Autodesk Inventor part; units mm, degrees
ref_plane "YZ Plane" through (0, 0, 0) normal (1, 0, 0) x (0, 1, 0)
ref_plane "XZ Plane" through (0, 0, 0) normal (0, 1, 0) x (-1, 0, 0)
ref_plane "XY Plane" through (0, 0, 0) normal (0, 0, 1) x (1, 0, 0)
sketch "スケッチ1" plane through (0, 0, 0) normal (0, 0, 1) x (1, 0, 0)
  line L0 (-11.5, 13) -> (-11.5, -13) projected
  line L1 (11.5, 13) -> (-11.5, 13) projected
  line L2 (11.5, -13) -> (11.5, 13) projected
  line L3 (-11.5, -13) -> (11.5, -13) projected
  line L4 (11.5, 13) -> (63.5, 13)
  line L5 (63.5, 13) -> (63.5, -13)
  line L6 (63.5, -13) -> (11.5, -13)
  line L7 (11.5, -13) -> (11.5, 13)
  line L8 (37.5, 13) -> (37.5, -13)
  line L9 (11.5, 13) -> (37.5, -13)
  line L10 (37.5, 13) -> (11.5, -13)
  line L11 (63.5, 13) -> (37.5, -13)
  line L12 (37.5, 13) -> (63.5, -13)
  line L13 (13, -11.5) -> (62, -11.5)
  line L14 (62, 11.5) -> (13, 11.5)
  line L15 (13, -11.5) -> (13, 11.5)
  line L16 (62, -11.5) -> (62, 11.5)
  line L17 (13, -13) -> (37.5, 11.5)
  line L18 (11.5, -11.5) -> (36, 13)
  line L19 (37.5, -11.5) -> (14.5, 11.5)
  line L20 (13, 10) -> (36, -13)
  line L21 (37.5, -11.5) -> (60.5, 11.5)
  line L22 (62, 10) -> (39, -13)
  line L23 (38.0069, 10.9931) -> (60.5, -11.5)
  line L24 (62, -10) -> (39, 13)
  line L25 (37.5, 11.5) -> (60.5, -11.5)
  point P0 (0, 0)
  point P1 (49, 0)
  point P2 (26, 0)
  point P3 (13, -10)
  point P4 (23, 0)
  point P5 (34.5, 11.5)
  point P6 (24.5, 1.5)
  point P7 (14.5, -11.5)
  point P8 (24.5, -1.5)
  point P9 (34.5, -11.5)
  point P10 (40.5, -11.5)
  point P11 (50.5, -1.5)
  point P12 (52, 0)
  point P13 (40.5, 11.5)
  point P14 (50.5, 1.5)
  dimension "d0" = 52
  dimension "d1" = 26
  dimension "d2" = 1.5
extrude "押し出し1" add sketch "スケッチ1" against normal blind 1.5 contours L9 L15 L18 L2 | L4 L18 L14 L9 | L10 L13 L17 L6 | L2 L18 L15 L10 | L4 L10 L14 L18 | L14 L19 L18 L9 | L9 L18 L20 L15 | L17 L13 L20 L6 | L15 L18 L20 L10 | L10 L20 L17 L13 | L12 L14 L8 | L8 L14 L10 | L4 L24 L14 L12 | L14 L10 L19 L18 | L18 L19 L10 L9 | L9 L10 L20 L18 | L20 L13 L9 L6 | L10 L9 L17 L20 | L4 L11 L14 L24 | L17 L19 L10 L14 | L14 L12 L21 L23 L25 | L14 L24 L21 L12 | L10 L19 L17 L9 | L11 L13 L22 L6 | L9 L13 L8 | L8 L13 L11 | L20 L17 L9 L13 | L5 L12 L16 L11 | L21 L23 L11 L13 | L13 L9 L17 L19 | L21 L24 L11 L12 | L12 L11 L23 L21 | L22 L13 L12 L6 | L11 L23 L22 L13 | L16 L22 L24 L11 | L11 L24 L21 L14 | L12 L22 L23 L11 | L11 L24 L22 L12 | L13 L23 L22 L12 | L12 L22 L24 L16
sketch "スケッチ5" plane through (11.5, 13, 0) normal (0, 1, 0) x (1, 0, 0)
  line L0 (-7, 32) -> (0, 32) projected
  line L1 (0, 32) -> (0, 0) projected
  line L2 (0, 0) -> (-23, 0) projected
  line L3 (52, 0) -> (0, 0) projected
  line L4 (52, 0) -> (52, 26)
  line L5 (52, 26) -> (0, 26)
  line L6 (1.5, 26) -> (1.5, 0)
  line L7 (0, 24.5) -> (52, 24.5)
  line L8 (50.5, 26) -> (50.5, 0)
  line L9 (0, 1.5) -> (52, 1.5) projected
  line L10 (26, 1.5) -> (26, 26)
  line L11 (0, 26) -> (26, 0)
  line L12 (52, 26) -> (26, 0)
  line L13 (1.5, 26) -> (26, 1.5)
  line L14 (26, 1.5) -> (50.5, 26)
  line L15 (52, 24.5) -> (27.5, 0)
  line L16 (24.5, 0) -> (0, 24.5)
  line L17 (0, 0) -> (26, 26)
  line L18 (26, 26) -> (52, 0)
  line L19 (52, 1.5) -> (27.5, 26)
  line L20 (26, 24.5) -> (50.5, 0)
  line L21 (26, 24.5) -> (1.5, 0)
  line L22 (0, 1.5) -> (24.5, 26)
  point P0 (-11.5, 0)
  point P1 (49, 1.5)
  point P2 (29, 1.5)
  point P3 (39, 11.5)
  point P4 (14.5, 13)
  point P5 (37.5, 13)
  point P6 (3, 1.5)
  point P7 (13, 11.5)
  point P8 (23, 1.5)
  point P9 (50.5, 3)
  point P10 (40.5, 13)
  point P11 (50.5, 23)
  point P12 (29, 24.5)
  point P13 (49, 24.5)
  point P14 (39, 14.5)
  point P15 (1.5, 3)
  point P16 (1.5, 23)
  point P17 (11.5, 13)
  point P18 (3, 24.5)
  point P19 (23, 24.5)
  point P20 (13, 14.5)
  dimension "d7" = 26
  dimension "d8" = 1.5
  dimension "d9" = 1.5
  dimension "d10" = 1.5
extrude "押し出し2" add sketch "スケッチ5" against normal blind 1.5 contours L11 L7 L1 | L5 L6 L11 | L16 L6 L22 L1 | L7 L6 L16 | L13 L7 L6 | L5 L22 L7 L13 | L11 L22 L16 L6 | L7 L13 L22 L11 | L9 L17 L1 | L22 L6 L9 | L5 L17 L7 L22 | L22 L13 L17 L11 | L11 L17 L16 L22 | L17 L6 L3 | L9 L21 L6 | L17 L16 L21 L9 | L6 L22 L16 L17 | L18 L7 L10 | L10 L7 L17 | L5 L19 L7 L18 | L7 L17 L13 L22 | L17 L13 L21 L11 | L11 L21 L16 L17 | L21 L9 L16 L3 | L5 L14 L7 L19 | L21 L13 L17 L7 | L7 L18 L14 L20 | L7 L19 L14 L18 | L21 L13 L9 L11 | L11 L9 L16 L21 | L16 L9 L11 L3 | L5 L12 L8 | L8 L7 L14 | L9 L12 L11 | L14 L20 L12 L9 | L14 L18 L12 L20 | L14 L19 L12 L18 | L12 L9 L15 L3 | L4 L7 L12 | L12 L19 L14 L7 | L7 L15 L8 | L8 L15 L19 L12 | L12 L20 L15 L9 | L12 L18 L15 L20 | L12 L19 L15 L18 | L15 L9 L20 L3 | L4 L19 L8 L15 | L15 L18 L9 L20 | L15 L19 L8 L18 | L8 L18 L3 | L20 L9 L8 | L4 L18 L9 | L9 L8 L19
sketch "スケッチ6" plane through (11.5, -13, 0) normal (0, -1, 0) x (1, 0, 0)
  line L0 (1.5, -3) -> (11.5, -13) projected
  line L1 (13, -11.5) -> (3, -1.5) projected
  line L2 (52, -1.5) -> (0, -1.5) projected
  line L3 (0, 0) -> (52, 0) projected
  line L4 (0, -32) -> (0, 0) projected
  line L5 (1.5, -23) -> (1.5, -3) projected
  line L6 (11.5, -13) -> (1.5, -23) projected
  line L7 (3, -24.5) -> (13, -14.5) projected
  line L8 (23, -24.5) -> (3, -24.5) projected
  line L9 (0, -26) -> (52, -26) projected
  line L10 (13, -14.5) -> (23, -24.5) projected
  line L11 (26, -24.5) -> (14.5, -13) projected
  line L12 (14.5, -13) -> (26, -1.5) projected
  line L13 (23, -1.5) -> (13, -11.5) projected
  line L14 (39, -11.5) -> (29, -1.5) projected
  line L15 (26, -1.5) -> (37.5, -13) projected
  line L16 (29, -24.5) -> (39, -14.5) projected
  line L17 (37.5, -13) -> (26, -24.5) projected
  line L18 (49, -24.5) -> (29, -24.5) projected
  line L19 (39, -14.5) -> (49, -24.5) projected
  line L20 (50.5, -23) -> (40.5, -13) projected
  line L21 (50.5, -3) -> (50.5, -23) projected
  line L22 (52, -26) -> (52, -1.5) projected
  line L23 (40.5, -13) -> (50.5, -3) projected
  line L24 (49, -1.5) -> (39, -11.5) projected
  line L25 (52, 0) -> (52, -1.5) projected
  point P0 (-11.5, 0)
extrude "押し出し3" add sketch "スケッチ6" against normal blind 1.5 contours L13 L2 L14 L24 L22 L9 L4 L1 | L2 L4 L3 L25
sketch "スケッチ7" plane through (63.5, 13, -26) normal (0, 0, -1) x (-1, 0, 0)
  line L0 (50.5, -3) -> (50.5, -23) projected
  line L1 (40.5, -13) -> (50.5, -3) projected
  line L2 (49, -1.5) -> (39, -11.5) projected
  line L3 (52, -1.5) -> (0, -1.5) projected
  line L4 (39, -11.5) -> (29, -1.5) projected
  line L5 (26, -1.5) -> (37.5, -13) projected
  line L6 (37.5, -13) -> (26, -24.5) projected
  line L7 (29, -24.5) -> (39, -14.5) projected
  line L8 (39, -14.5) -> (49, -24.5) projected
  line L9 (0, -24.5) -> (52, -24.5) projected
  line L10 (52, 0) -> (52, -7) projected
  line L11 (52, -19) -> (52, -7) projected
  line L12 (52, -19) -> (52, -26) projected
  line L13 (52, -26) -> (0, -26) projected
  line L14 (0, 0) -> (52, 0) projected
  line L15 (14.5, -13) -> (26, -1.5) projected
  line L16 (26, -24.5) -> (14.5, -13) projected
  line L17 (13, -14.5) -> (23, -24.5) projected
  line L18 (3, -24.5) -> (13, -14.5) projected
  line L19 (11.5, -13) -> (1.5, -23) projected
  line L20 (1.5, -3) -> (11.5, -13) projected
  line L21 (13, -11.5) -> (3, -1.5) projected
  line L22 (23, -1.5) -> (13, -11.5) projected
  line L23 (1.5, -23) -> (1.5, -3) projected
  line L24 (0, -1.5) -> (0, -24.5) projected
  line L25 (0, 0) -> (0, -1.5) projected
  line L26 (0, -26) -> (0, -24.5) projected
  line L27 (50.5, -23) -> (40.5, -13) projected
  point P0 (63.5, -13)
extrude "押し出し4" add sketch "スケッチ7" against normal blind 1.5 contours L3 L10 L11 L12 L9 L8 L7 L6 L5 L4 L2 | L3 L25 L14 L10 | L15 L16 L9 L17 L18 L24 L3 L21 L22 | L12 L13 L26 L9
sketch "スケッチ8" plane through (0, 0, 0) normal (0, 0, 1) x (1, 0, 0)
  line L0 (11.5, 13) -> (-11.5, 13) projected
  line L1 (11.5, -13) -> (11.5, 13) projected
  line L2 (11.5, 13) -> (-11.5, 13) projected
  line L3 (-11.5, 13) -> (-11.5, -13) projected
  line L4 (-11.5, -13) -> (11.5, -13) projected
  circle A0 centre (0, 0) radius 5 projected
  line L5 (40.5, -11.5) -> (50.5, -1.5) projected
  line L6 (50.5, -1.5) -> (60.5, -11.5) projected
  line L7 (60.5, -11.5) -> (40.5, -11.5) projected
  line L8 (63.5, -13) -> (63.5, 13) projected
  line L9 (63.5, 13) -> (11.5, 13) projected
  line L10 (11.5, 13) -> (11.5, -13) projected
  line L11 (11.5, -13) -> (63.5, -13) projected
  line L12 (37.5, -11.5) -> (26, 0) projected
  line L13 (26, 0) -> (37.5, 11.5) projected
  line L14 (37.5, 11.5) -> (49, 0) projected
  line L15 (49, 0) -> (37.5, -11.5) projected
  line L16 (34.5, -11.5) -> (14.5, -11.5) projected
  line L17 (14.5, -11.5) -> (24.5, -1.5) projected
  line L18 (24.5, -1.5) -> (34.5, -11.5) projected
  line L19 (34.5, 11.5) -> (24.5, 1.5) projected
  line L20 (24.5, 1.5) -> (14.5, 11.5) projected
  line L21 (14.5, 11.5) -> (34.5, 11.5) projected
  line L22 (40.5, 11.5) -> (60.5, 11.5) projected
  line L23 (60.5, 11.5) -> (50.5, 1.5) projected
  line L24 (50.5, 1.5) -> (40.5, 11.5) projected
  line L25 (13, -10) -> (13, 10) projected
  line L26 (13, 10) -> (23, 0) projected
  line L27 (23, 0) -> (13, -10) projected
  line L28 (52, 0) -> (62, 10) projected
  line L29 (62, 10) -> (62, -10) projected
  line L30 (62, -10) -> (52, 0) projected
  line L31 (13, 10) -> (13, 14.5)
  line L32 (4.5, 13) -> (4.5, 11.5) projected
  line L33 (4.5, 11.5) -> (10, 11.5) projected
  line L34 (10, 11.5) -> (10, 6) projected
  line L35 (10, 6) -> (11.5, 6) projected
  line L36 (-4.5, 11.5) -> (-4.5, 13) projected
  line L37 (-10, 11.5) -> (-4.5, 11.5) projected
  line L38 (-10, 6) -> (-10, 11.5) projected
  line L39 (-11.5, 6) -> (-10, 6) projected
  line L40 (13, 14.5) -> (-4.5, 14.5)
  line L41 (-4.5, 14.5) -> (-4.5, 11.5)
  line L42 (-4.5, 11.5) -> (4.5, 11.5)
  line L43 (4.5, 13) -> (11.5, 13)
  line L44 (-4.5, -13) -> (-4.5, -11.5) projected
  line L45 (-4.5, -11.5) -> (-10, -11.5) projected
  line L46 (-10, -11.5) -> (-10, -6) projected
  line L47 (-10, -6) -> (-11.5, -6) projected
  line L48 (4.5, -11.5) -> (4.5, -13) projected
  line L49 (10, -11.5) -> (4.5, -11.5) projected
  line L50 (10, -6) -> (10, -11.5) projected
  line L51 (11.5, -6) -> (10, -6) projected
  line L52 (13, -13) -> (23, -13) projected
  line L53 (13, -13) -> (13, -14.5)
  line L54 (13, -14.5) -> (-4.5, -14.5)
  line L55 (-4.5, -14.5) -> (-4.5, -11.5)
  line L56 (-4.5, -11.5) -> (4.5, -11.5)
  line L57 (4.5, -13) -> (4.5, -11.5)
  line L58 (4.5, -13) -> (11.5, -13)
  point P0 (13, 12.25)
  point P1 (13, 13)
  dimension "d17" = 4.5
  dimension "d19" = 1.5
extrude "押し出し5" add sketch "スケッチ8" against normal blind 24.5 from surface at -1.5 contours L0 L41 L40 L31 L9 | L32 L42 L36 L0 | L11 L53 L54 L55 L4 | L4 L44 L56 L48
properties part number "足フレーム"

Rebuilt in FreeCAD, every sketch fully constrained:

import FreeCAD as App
import Part
import Sketcher

doc = App.newDocument("Part")
body = doc.addObject("PartDesign::Body", "Body")

# Sketch on XY plane
sketch1 = body.newObject("Sketcher::SketchObject", "Sketch")
sketch1.AttachmentSupport = (doc.getObject("XY_Plane"), [""])
sketch1.MapMode = "FlatFace"
sketch1.addGeometry(Part.LineSegment(App.Vector(12, 13, 0), App.Vector(12, -13, 0)), False)
sketch1.addGeometry(Part.LineSegment(App.Vector(12, -13, 0), App.Vector(64, -13, 0)), False)
sketch1.addGeometry(Part.LineSegment(App.Vector(64, -13, 0), App.Vector(64, 13, 0)), False)
sketch1.addGeometry(Part.LineSegment(App.Vector(64, 13, 0), App.Vector(12, 13, 0)), False)
sketch1.addGeometry(Part.LineSegment(App.Vector(13, -10, 0), App.Vector(13, 10, 0)), False)
sketch1.addGeometry(Part.LineSegment(App.Vector(13, 10, 0), App.Vector(23, 0, 0)), False)
sketch1.addGeometry(Part.LineSegment(App.Vector(23, 0, 0), App.Vector(13, -10, 0)), False)
sketch1.addGeometry(Part.LineSegment(App.Vector(14, 12, 0), App.Vector(34, 12, 0)), False)
sketch1.addGeometry(Part.LineSegment(App.Vector(34, 12, 0), App.Vector(24, 2, 0)), False)
sketch1.addGeometry(Part.LineSegment(App.Vector(24, 2, 0), App.Vector(14, 12, 0)), False)
sketch1.addGeometry(Part.LineSegment(App.Vector(14, -12, 0), App.Vector(24, -2, 0)), False)
sketch1.addGeometry(Part.LineSegment(App.Vector(24, -2, 0), App.Vector(34, -12, 0)), False)
sketch1.addGeometry(Part.LineSegment(App.Vector(34, -12, 0), App.Vector(14, -12, 0)), False)
sketch1.addGeometry(Part.LineSegment(App.Vector(26, 0, 0), App.Vector(38, 12, 0)), False)
sketch1.addGeometry(Part.LineSegment(App.Vector(38, 12, 0), App.Vector(49, 0, 0)), False)
sketch1.addGeometry(Part.LineSegment(App.Vector(49, 0, 0), App.Vector(38, -12, 0)), False)
sketch1.addGeometry(Part.LineSegment(App.Vector(38, -12, 0), App.Vector(26, 0, 0)), False)
sketch1.addGeometry(Part.LineSegment(App.Vector(40, 12, 0), App.Vector(60, 12, 0)), False)
sketch1.addGeometry(Part.LineSegment(App.Vector(60, 12, 0), App.Vector(50, 2, 0)), False)
sketch1.addGeometry(Part.LineSegment(App.Vector(50, 2, 0), App.Vector(40, 12, 0)), False)
sketch1.addGeometry(Part.LineSegment(App.Vector(62, 10, 0), App.Vector(62, -10, 0)), False)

* * * * * * *

- [TASK ITEM]
For each line of the material that contains the word "through", make a copy.

- [RESPONSE AREA]
ref_plane "YZ Plane" through (0, 0, 0) normal (1, 0, 0) x (0, 1, 0)
ref_plane "XZ Plane" through (0, 0, 0) normal (0, 1, 0) x (-1, 0, 0)
ref_plane "XY Plane" through (0, 0, 0) normal (0, 0, 1) x (1, 0, 0)
sketch "スケッチ1" plane through (0, 0, 0) normal (0, 0, 1) x (1, 0, 0)
sketch "スケッチ5" plane through (11.5, 13, 0) normal (0, 1, 0) x (1, 0, 0)
sketch "スケッチ6" plane through (11.5, -13, 0) normal (0, -1, 0) x (1, 0, 0)
sketch "スケッチ7" plane through (63.5, 13, -26) normal (0, 0, -1) x (-1, 0, 0)
sketch "スケッチ8" plane through (0, 0, 0) normal (0, 0, 1) x (1, 0, 0)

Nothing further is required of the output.